Comparison: The Book of Mormon version of Isaiah changes one word in verse 2. In the KJV it reads “And it shall come to pass in the last days, that the mountain of the Lord’s house shall be established.… ” The Book of Mormon has “And it shall come to pass in the last days, thatwhen the mountain of the Lord’s house shall be established.… ” In the KJV, the word “that” is italicized, and this is another example of a change that occurs at the location of an italicized word. In this case, the overall meaning is correct, for the verse is looking to the future. The net effect, however, is to create an ungrammatical sentence. The change to “when” sets up a dependent clause that looks forward to some conclusion with a phrase beginning with “that,” but the phrase never comes. The only explanation for this change is that it is an attempt to “correct” the italicized word. The attempt preserved the general meaning but did not preserve the grammatical sense of the verse.
2 Nephi 12:3
3 And many people shall go and say, Come ye, and let us go up to the mountain of the Lord, to the house of the God of Jacob; and he will teach us of his ways, and we will walk in his paths; for out of Zion shall go forth the law, and the word of the Lord from Jerusalem.
This verse clarifies that “the mountain of the house of the Lord” is the “house of the God of Jacob.” “Many people” parallels “nations.” The temple will exercise a universal attraction because Yahweh’s law will be preached here. In the last days, the pure of heart will recognize this attraction and come for instruction in Yahweh’s “paths.”
Symbolism: The last two phrases of this verse form an inverted paired set: “For out of Zion shall go forth the law, // And the word of the Lord from Jerusalem.” The key word in both is the Lord’s “law/word.” The two locations, Zion and Jerusalem, in this case, are symbolically if not physically the same location. The paired phrases are thus an emphatic repetition. It is not unusual for Isaiah to conflate Jerusalem and Zion. The temple in the mountaintops symbolizes the center of the world, exactly the role played by the temple at Jerusalem, according to Eliade:
It follows that the true world is always in the middle, at the Center, for it is here that there is a break in the plane and hence communication among the three cosmic zones [heaven, earth, underworld]. Whatever the extent of the territory involved, the cosmos that it represents is always perfect. An entire country (e.g., Palestine), a city (Jerusalem), a sanctuary (the Temple in Jerusalem), all equally well present an imago mundi. Treating of the symbolism of the Temple, Flavius Josephus wrote that the court represented the sea (i.e., the lower regions), the Holy Place represented the earth, and the Holy of Holies heaven (Antiquities of the Jews 3:7, 7). It is clear then, that both the imago mundi and the Center are repeated in the inhabited world. Palestine, Jerusalem, and the Temple severally and concurrently represent the image of the universe and the Center of the World. This multiplicity of centers and this reiteration of the image of the world on smaller and smaller scales constitute one of the specific characteristics of traditional societies.

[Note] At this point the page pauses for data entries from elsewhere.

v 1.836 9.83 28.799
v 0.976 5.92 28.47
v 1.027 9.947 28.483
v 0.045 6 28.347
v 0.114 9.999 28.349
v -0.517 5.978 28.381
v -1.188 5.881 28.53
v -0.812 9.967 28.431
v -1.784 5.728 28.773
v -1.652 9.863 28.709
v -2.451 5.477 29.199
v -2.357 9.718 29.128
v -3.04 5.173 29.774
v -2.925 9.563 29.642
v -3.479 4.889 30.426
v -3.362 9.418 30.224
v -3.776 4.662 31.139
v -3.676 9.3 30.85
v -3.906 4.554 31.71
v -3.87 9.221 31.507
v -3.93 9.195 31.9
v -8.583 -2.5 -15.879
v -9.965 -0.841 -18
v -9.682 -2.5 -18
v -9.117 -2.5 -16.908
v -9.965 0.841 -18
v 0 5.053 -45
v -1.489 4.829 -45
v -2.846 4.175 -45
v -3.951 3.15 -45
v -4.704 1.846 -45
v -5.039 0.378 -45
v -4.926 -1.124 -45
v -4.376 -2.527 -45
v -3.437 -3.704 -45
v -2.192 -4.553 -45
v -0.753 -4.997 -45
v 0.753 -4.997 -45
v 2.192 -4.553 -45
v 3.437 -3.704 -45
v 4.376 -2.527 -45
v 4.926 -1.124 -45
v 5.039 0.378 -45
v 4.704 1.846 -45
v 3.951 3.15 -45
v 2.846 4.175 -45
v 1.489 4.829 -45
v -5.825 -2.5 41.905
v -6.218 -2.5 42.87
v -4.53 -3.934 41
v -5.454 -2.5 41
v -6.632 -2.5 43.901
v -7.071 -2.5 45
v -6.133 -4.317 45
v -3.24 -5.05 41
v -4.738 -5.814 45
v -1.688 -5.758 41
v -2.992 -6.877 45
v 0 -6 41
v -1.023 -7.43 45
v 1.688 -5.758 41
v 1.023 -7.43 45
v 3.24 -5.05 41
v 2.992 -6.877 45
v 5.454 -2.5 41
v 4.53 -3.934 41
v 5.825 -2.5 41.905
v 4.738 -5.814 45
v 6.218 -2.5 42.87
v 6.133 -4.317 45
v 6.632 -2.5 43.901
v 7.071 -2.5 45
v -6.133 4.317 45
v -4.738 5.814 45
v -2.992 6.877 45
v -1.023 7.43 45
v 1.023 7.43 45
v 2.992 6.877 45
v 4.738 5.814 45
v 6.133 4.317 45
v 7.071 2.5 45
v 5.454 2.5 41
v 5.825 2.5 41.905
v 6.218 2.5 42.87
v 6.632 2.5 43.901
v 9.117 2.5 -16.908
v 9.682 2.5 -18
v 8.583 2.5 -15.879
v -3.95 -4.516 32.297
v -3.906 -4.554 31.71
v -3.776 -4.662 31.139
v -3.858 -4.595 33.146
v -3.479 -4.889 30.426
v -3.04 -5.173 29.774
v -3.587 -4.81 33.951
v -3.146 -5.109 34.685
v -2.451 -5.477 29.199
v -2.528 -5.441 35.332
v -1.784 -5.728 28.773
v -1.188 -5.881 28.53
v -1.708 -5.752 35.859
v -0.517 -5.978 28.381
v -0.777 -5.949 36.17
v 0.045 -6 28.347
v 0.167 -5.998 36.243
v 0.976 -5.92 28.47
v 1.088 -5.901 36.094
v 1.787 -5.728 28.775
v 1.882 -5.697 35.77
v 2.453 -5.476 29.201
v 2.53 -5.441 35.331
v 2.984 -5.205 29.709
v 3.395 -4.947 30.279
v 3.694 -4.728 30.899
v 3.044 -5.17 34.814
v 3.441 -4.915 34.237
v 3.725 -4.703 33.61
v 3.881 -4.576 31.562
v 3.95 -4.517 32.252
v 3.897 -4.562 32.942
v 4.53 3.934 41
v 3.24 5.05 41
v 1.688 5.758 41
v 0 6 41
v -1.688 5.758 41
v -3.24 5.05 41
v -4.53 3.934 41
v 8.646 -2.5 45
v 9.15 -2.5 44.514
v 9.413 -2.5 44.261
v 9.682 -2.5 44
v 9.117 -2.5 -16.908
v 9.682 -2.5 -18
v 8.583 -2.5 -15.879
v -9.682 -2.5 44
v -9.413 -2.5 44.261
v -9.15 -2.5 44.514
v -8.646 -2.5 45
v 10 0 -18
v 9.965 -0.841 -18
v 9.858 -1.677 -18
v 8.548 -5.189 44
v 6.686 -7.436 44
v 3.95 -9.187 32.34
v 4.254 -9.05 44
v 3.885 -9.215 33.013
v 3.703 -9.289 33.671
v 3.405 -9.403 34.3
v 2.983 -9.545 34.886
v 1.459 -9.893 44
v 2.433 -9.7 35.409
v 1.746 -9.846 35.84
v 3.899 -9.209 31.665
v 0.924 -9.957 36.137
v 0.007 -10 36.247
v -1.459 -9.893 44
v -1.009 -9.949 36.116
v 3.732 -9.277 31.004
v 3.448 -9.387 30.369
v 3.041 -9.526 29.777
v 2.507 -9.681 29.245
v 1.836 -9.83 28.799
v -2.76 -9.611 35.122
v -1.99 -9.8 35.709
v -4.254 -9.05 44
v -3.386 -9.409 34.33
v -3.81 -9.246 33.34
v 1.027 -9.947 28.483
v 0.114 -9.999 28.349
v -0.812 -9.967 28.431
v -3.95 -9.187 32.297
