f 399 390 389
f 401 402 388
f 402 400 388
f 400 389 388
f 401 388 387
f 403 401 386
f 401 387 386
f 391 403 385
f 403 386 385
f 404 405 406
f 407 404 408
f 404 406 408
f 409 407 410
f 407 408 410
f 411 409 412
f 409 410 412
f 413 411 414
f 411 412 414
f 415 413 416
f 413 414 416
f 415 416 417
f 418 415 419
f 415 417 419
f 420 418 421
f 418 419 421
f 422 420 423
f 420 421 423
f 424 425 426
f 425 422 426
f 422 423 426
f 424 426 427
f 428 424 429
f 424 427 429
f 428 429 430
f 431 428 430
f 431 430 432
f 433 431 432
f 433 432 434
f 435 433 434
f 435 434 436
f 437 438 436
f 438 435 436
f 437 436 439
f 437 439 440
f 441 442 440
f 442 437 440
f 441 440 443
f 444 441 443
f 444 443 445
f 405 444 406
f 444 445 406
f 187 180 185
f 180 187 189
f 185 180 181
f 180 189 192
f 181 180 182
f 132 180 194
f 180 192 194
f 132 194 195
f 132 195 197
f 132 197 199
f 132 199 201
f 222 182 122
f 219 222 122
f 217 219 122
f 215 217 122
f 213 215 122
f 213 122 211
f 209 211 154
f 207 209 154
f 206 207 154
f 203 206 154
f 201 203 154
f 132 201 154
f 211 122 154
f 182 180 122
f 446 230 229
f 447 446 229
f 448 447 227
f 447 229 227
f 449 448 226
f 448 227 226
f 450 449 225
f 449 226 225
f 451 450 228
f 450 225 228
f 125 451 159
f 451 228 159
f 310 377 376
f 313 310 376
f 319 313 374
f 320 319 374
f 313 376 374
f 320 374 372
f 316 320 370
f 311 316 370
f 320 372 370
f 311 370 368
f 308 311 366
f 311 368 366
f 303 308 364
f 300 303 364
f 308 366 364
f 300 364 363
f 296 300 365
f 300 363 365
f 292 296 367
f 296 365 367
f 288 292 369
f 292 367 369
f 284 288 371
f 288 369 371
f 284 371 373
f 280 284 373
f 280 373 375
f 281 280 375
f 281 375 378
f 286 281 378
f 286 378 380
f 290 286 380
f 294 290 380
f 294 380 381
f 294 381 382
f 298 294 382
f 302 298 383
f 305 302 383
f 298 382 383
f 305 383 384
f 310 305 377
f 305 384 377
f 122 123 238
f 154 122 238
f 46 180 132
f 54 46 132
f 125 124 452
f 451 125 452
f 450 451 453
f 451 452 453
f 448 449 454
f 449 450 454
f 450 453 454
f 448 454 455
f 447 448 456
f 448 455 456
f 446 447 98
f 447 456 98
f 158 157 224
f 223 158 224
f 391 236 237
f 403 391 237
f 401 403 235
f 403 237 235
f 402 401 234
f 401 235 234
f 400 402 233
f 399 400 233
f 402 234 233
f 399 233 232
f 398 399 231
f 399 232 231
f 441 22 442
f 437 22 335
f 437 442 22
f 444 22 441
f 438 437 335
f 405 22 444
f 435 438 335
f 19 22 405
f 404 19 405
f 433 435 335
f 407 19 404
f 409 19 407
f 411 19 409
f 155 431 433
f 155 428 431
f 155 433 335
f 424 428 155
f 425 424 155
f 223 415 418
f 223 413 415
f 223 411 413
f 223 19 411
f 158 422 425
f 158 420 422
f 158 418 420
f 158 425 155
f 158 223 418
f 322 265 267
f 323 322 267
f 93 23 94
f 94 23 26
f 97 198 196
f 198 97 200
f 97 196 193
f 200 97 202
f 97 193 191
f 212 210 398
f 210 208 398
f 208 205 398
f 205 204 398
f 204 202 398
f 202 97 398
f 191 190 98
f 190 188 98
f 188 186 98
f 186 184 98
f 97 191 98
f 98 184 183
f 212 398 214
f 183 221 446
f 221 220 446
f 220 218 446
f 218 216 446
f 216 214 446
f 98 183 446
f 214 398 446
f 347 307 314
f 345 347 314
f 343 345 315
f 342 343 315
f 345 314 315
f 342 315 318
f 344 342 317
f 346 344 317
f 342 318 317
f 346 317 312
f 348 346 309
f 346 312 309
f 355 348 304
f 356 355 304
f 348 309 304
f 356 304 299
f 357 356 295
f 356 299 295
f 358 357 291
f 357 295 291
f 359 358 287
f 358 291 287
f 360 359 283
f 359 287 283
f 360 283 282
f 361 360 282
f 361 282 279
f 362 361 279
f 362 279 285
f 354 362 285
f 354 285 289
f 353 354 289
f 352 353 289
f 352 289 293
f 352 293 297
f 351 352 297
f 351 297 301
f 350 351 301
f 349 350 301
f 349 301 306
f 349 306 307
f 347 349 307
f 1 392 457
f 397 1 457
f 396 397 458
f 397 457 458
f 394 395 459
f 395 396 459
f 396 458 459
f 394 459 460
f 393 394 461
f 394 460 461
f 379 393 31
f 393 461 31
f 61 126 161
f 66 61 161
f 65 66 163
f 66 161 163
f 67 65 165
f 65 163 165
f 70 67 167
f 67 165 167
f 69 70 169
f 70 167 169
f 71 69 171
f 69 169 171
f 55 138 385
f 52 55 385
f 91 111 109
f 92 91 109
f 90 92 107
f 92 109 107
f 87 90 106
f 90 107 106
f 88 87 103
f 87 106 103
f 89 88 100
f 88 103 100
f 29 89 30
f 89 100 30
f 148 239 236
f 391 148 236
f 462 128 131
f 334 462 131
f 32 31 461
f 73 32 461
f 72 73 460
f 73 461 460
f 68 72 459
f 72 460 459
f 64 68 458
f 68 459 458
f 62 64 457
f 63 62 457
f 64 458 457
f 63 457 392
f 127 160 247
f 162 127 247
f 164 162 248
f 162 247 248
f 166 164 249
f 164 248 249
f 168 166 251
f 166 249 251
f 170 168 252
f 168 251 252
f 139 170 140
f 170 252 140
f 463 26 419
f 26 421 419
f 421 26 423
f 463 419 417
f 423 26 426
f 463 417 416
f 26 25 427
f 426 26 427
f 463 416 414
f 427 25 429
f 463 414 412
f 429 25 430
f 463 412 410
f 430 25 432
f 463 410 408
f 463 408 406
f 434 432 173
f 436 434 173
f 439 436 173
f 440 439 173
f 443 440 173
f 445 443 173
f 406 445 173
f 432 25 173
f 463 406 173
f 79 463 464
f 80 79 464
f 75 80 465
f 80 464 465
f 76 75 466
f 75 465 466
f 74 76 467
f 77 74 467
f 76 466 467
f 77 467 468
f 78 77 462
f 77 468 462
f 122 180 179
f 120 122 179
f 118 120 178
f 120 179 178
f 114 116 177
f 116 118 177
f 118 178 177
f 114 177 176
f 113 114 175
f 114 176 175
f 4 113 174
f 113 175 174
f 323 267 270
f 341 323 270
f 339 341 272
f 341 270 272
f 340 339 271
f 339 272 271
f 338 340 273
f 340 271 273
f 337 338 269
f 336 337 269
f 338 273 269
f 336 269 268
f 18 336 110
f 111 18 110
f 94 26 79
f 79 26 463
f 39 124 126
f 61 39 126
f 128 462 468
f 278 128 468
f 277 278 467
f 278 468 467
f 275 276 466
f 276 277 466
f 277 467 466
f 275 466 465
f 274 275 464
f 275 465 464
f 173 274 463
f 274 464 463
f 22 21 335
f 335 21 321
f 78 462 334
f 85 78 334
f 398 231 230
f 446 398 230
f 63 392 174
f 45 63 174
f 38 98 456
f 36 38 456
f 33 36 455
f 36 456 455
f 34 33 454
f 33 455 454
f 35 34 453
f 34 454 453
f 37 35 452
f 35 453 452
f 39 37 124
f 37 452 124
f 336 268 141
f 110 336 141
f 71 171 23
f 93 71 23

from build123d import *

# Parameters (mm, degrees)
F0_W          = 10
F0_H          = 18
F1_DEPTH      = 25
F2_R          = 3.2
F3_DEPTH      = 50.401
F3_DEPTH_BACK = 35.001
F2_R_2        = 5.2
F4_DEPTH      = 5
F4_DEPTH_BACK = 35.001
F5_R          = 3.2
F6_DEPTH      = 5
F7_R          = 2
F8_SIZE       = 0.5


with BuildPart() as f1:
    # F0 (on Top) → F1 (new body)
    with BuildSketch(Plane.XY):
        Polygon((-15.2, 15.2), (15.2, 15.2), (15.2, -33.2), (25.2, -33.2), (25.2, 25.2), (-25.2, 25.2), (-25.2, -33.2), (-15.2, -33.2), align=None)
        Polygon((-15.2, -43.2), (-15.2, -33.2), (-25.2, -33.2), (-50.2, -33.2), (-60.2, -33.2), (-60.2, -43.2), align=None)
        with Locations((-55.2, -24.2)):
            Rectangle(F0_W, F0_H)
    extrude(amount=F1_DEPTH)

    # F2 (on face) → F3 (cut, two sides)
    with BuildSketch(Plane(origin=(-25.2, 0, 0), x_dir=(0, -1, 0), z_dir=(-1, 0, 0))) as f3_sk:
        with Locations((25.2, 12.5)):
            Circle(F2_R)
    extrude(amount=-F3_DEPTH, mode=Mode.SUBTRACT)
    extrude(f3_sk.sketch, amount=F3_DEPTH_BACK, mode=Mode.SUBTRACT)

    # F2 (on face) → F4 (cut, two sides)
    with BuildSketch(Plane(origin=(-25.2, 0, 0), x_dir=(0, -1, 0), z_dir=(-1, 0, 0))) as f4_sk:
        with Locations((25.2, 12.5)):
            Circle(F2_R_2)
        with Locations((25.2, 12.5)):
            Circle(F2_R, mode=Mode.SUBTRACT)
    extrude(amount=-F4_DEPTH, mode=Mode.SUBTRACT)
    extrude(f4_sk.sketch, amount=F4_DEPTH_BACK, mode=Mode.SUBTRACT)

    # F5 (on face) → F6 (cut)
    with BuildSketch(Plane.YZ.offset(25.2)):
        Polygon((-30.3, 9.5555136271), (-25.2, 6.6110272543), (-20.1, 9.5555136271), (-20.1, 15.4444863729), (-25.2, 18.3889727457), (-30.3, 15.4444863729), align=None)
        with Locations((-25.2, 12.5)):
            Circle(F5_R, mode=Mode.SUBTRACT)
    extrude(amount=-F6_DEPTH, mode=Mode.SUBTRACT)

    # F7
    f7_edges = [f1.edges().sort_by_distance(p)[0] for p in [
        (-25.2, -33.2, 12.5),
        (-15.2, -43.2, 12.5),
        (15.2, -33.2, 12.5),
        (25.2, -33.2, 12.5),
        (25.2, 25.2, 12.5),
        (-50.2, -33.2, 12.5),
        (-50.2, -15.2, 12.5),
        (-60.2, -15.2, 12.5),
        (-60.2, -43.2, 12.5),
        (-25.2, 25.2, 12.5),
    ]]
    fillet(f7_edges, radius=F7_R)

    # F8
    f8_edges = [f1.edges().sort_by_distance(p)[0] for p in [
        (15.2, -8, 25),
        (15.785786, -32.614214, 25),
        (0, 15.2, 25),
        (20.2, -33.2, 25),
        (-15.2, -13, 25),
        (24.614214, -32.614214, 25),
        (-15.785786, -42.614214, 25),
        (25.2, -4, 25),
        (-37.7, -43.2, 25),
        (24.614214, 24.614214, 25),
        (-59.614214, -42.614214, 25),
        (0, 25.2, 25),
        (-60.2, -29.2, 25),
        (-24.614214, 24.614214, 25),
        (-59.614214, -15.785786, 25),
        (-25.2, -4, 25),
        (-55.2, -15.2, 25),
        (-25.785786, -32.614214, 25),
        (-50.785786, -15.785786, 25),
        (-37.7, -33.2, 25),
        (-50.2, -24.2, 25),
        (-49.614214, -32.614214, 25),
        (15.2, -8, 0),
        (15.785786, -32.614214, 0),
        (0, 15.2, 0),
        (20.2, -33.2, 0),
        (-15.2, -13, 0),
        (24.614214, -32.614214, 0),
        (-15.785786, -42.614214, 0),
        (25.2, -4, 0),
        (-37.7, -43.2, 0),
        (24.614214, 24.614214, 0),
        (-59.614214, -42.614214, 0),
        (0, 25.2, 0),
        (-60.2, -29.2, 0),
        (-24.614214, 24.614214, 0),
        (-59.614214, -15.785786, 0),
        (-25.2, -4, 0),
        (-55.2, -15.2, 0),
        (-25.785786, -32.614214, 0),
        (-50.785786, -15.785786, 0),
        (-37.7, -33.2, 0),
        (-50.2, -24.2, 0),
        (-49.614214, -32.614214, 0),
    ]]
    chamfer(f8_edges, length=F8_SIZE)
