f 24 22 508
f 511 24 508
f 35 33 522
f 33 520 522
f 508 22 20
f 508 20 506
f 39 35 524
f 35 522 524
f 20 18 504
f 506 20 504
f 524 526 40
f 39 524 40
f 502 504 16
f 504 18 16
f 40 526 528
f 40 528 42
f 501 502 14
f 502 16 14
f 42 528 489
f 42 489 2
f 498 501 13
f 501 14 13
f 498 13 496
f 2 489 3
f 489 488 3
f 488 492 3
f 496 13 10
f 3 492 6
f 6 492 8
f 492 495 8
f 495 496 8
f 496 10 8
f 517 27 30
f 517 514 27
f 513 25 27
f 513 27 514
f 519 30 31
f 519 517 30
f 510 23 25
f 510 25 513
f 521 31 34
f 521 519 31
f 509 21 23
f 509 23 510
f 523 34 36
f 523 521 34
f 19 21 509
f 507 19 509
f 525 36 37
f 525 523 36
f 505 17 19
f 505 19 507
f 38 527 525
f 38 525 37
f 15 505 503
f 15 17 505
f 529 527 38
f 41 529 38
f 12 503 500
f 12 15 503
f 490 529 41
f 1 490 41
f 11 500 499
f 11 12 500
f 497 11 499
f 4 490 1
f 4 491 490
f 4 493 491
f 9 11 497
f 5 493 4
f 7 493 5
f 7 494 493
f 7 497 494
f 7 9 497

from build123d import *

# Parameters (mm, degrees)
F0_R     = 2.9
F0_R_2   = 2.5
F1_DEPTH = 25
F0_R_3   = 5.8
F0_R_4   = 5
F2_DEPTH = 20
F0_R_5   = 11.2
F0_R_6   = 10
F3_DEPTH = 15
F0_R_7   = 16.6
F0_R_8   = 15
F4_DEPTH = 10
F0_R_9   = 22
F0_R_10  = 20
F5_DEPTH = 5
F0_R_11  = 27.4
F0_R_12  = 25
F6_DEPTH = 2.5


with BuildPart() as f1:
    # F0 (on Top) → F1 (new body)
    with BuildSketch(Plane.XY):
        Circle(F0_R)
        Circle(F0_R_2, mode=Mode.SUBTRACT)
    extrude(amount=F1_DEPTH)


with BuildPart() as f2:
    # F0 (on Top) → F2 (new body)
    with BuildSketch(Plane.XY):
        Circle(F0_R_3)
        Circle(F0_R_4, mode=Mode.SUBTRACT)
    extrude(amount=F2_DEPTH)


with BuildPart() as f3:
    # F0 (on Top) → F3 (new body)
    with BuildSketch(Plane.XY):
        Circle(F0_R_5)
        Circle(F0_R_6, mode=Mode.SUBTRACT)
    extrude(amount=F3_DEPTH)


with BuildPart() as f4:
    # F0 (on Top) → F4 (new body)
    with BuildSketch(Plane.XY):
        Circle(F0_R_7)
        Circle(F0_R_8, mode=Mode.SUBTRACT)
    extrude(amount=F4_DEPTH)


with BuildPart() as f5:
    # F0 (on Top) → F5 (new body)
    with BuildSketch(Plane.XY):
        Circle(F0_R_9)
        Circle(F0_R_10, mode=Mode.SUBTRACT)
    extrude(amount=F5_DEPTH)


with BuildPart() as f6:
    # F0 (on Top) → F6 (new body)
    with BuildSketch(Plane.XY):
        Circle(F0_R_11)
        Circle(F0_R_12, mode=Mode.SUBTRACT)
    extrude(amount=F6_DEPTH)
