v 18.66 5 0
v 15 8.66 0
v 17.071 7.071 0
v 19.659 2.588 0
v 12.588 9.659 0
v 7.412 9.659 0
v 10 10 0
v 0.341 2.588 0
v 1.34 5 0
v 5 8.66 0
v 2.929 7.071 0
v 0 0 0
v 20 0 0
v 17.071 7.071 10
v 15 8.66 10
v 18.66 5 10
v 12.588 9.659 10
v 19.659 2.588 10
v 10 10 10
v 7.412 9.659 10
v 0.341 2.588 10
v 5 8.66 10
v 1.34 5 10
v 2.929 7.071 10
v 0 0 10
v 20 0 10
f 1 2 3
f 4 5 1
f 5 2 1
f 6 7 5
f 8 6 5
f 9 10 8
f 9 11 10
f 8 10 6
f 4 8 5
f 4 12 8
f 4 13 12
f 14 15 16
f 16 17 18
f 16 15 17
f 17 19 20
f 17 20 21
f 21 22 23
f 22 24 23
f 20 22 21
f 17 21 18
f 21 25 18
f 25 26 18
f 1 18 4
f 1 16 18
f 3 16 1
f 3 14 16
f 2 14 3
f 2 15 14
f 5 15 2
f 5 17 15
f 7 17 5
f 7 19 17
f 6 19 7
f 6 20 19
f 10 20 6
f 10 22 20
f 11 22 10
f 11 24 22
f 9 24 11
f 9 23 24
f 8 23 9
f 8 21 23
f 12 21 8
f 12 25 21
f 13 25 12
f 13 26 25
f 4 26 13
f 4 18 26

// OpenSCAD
$fn = 32;

// ----------------------------------------------------------------------
// Key bar: woodruff key, 10 mm thick
// ----------------------------------------------------------------------

// --- parameters (mm) ---
profile_height = 10;      // extrusion height
profile_points = 13;      // points of the closed outline

profile = [[20, 0], [19.659, 2.588], [18.66, 5], [17.071, 7.071], [15, 8.66], [12.588, 9.659], [10, 10], [7.412, 9.659], [5, 8.66], [2.929, 7.071], [1.34, 5], [0.341, 2.588], [0, 0]];  // single closed polygon, 13 points, counter clockwise

// --- the one profile operation ---
linear_extrude(height = profile_height) polygon(points = profile);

For Isaiah, Jerusalem’s sacredness makes it the center—a “temple of temples,” while Latter-day Saints interpret this passage as fulfilled by the Salt Lake Temple. However, such literalism bypasses the more important symbolic function of the temple in representing communication from God. The temple on the mountains in the last days is more truly the link between heaven and earth than any building. The symbolic importance of the temple in the tops of the mountains is the restoration of the prophetic communication with God rather than the construction of an edifice.